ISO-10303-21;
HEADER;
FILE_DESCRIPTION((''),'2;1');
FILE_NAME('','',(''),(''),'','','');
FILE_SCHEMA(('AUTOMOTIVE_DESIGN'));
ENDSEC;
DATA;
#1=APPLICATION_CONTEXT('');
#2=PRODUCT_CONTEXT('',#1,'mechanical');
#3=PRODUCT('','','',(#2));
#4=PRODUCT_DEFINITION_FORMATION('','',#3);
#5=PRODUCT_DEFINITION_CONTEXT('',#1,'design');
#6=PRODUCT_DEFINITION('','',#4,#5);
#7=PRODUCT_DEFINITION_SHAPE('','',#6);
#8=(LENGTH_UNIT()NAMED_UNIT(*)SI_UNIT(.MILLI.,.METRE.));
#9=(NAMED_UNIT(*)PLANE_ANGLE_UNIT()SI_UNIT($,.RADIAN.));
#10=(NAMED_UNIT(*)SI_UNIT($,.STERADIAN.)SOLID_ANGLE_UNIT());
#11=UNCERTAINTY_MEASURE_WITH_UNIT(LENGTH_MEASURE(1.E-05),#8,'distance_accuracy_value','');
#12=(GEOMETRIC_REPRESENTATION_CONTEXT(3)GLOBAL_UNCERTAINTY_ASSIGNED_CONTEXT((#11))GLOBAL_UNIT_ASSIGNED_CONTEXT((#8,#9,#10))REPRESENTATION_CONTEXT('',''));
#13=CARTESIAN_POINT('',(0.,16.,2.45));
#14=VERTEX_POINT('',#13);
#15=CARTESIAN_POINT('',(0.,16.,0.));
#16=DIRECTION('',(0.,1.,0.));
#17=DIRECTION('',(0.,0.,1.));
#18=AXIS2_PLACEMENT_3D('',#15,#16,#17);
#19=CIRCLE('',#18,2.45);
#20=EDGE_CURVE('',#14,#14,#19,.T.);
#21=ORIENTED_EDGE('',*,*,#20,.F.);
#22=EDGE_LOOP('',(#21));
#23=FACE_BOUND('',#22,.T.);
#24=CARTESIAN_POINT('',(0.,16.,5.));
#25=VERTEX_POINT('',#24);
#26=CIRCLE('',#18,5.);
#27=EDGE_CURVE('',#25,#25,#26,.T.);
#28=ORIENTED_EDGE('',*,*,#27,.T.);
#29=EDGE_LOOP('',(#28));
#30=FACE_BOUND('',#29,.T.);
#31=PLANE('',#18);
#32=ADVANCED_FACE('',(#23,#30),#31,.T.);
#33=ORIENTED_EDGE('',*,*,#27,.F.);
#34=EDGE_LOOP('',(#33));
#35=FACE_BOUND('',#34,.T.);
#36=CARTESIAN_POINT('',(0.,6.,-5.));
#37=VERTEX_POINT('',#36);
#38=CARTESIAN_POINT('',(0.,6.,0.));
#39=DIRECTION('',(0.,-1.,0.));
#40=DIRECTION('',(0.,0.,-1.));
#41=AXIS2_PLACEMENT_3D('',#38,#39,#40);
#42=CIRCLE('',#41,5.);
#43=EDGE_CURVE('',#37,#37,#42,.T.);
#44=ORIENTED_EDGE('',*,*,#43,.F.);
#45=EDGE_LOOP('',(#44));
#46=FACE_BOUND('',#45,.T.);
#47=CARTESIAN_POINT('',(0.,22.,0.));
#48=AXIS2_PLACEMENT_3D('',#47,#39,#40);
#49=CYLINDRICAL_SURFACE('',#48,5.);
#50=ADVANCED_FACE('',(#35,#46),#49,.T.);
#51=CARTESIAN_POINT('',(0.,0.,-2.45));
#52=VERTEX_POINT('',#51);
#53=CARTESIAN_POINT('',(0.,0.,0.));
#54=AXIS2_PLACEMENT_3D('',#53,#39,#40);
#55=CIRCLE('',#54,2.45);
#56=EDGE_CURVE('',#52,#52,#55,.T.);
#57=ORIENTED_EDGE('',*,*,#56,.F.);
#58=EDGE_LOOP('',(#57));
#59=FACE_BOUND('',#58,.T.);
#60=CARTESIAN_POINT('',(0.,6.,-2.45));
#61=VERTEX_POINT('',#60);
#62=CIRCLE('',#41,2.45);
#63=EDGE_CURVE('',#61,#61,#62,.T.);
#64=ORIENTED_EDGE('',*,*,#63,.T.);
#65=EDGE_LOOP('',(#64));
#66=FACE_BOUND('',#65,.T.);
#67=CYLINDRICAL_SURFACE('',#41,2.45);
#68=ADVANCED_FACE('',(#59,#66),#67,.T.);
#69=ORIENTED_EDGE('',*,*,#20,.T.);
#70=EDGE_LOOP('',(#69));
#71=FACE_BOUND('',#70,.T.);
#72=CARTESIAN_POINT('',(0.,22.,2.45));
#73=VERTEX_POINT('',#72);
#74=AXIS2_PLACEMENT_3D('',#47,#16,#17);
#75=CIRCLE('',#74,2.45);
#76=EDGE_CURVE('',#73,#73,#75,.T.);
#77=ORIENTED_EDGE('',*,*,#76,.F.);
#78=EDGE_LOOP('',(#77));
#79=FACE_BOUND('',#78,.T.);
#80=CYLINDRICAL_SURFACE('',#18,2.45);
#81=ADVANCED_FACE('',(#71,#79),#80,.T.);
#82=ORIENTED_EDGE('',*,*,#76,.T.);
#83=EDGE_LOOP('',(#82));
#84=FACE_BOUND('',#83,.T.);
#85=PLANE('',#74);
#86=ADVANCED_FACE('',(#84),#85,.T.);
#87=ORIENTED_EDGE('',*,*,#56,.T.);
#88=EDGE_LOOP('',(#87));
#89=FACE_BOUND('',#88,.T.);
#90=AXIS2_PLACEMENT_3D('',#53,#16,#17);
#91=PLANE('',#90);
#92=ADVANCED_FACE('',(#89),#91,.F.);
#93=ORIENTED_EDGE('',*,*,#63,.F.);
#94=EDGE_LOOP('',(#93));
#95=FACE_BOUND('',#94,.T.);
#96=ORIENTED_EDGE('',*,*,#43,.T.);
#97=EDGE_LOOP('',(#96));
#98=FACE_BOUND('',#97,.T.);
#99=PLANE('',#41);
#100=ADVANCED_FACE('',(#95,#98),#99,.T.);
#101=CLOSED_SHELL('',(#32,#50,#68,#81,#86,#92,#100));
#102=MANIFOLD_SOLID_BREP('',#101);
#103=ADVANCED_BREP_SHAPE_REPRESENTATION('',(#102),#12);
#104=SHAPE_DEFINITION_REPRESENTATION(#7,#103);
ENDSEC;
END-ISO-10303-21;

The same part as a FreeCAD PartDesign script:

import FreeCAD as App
import Part
import Sketcher

V = App.Vector
Q = App.Units.Quantity

doc = App.newDocument("Part")
params = doc.addObject("Spreadsheet::Sheet", "Params")
for row, (alias, value) in enumerate([
    ("sketch1_diameter", "10 mm"),
    ("pad1_length", "22 mm"),
    ("sketch2_diameter", "10 mm"),
    ("sketch2_diameter2", "4.9 mm"),
    ("pocket1_length", "6 mm"),
    ("sketch3_diameter", "10 mm"),
    ("sketch3_diameter2", "4.9 mm"),
    ("pocket2_length", "6 mm"),
], start=1):
    params.set(f"A{row}", alias)
    params.set(f"B{row}", "=" + value)
    params.setAlias(f"B{row}", alias)

body = doc.addObject("PartDesign::Body", "Body")

# Sketch on XZ plane
sketch1 = doc.addObject("Sketcher::SketchObject", "Sketch")
body.addObject(sketch1)
sketch1.AttachmentSupport = (doc.XZ_Plane, [""])
sketch1.MapMode = "FlatFace"
sketch1.addGeometry(Part.Circle(V(0, 0, 0), V(0, 0, 1), 5), False)
sketch1.addConstraint([
    Sketcher.Constraint("Coincident", 0, 3, -1, 1),
    Sketcher.Constraint("Diameter", 0, Q("10 mm")),
])
sketch1.setExpression("Constraints[1]", "Params.sketch1_diameter")
pad1 = doc.addObject("PartDesign::Pad", "Pad")
body.addObject(pad1)
pad1.Profile = sketch1
pad1.setExpression("Length", "Params.pad1_length")
pad1.Reversed = True

# Sketch on XZ plane
sketch2 = doc.addObject("Sketcher::SketchObject", "Sketch001")
body.addObject(sketch2)
sketch2.AttachmentSupport = (doc.XZ_Plane, [""])
sketch2.MapMode = "FlatFace"
sketch2.AttachmentOffset = App.Placement(V(0, 0, -16), App.Rotation())
sketch2.addGeometry([
    Part.Circle(V(0, 0, 0), V(0, 0, 1), 5),
    Part.Circle(V(0, 0, 0), V(0, 0, 1), 2.45),
], False)
sketch2.addConstraint([
    Sketcher.Constraint("Coincident", 0, 3, -1, 1),
    Sketcher.Constraint("Coincident", 1, 3, -1, 1),
    Sketcher.Constraint("Diameter", 0, Q("10 mm")),
    Sketcher.Constraint("Diameter", 1, Q("4.9 mm")),
])
sketch2.setExpression("Constraints[2]", "Params.sketch2_diameter")
sketch2.setExpression("Constraints[3]", "Params.sketch2_diameter2")
pocket1 = doc.addObject("PartDesign::Pocket", "Pocket")
body.addObject(pocket1)
pocket1.Profile = sketch2
pocket1.setExpression("Length", "Params.pocket1_length")

# Sketch on XZ plane
sketch3 = doc.addObject("Sketcher::SketchObject", "Sketch002")
body.addObject(sketch3)
sketch3.AttachmentSupport = (doc.XZ_Plane, [""])
sketch3.MapMode = "FlatFace"
sketch3.addGeometry([
    Part.Circle(V(0, 0, 0), V(0, 0, 1), 5),
    Part.Circle(V(0, 0, 0), V(0, 0, 1), 2.45),
], False)
sketch3.addConstraint([
    Sketcher.Constraint("Coincident", 0, 3, -1, 1),
    Sketcher.Constraint("Coincident", 1, 3, -1, 1),
    Sketcher.Constraint("Diameter", 0, Q("10 mm")),
    Sketcher.Constraint("Diameter", 1, Q("4.9 mm")),
])
sketch3.setExpression("Constraints[2]", "Params.sketch3_diameter")
sketch3.setExpression("Constraints[3]", "Params.sketch3_diameter2")
pocket2 = doc.addObject("PartDesign::Pocket", "Pocket001")
body.addObject(pocket2)
pocket2.Profile = sketch3
pocket2.setExpression("Length", "Params.pocket2_length")

doc.recompute()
::::::::::
### ACTION ITEM
Would you copy, unchanged, the stretch of the records above that begins at the line containing "#29=EDGE_LOOP('',(#28));" and ends at the line containing "#84=FACE_BOUND('',#83,.T.);", and only that?

### REPLY
#29=EDGE_LOOP('',(#28));
#30=FACE_BOUND('',#29,.T.);
#31=PLANE('',#18);
#32=ADVANCED_FACE('',(#23,#30),#31,.T.);
#33=ORIENTED_EDGE('',*,*,#27,.F.);
#34=EDGE_LOOP('',(#33));
#35=FACE_BOUND('',#34,.T.);
#36=CARTESIAN_POINT('',(0.,6.,-5.));
#37=VERTEX_POINT('',#36);
#38=CARTESIAN_POINT('',(0.,6.,0.));
#39=DIRECTION('',(0.,-1.,0.));
#40=DIRECTION('',(0.,0.,-1.));
#41=AXIS2_PLACEMENT_3D('',#38,#39,#40);
#42=CIRCLE('',#41,5.);
#43=EDGE_CURVE('',#37,#37,#42,.T.);
#44=ORIENTED_EDGE('',*,*,#43,.F.);
#45=EDGE_LOOP('',(#44));
#46=FACE_BOUND('',#45,.T.);
#47=CARTESIAN_POINT('',(0.,22.,0.));
#48=AXIS2_PLACEMENT_3D('',#47,#39,#40);
#49=CYLINDRICAL_SURFACE('',#48,5.);
#50=ADVANCED_FACE('',(#35,#46),#49,.T.);
#51=CARTESIAN_POINT('',(0.,0.,-2.45));
#52=VERTEX_POINT('',#51);
#53=CARTESIAN_POINT('',(0.,0.,0.));
#54=AXIS2_PLACEMENT_3D('',#53,#39,#40);
#55=CIRCLE('',#54,2.45);
#56=EDGE_CURVE('',#52,#52,#55,.T.);
#57=ORIENTED_EDGE('',*,*,#56,.F.);
#58=EDGE_LOOP('',(#57));
#59=FACE_BOUND('',#58,.T.);
#60=CARTESIAN_POINT('',(0.,6.,-2.45));
#61=VERTEX_POINT('',#60);
#62=CIRCLE('',#41,2.45);
#63=EDGE_CURVE('',#61,#61,#62,.T.);
#64=ORIENTED_EDGE('',*,*,#63,.T.);
#65=EDGE_LOOP('',(#64));
#66=FACE_BOUND('',#65,.T.);
#67=CYLINDRICAL_SURFACE('',#41,2.45);
#68=ADVANCED_FACE('',(#59,#66),#67,.T.);
#69=ORIENTED_EDGE('',*,*,#20,.T.);
#70=EDGE_LOOP('',(#69));
#71=FACE_BOUND('',#70,.T.);
#72=CARTESIAN_POINT('',(0.,22.,2.45));
#73=VERTEX_POINT('',#72);
#74=AXIS2_PLACEMENT_3D('',#47,#16,#17);
#75=CIRCLE('',#74,2.45);
#76=EDGE_CURVE('',#73,#73,#75,.T.);
#77=ORIENTED_EDGE('',*,*,#76,.F.);
#78=EDGE_LOOP('',(#77));
#79=FACE_BOUND('',#78,.T.);
#80=CYLINDRICAL_SURFACE('',#18,2.45);
#81=ADVANCED_FACE('',(#71,#79),#80,.T.);
#82=ORIENTED_EDGE('',*,*,#76,.T.);
#83=EDGE_LOOP('',(#82));
#84=FACE_BOUND('',#83,.T.);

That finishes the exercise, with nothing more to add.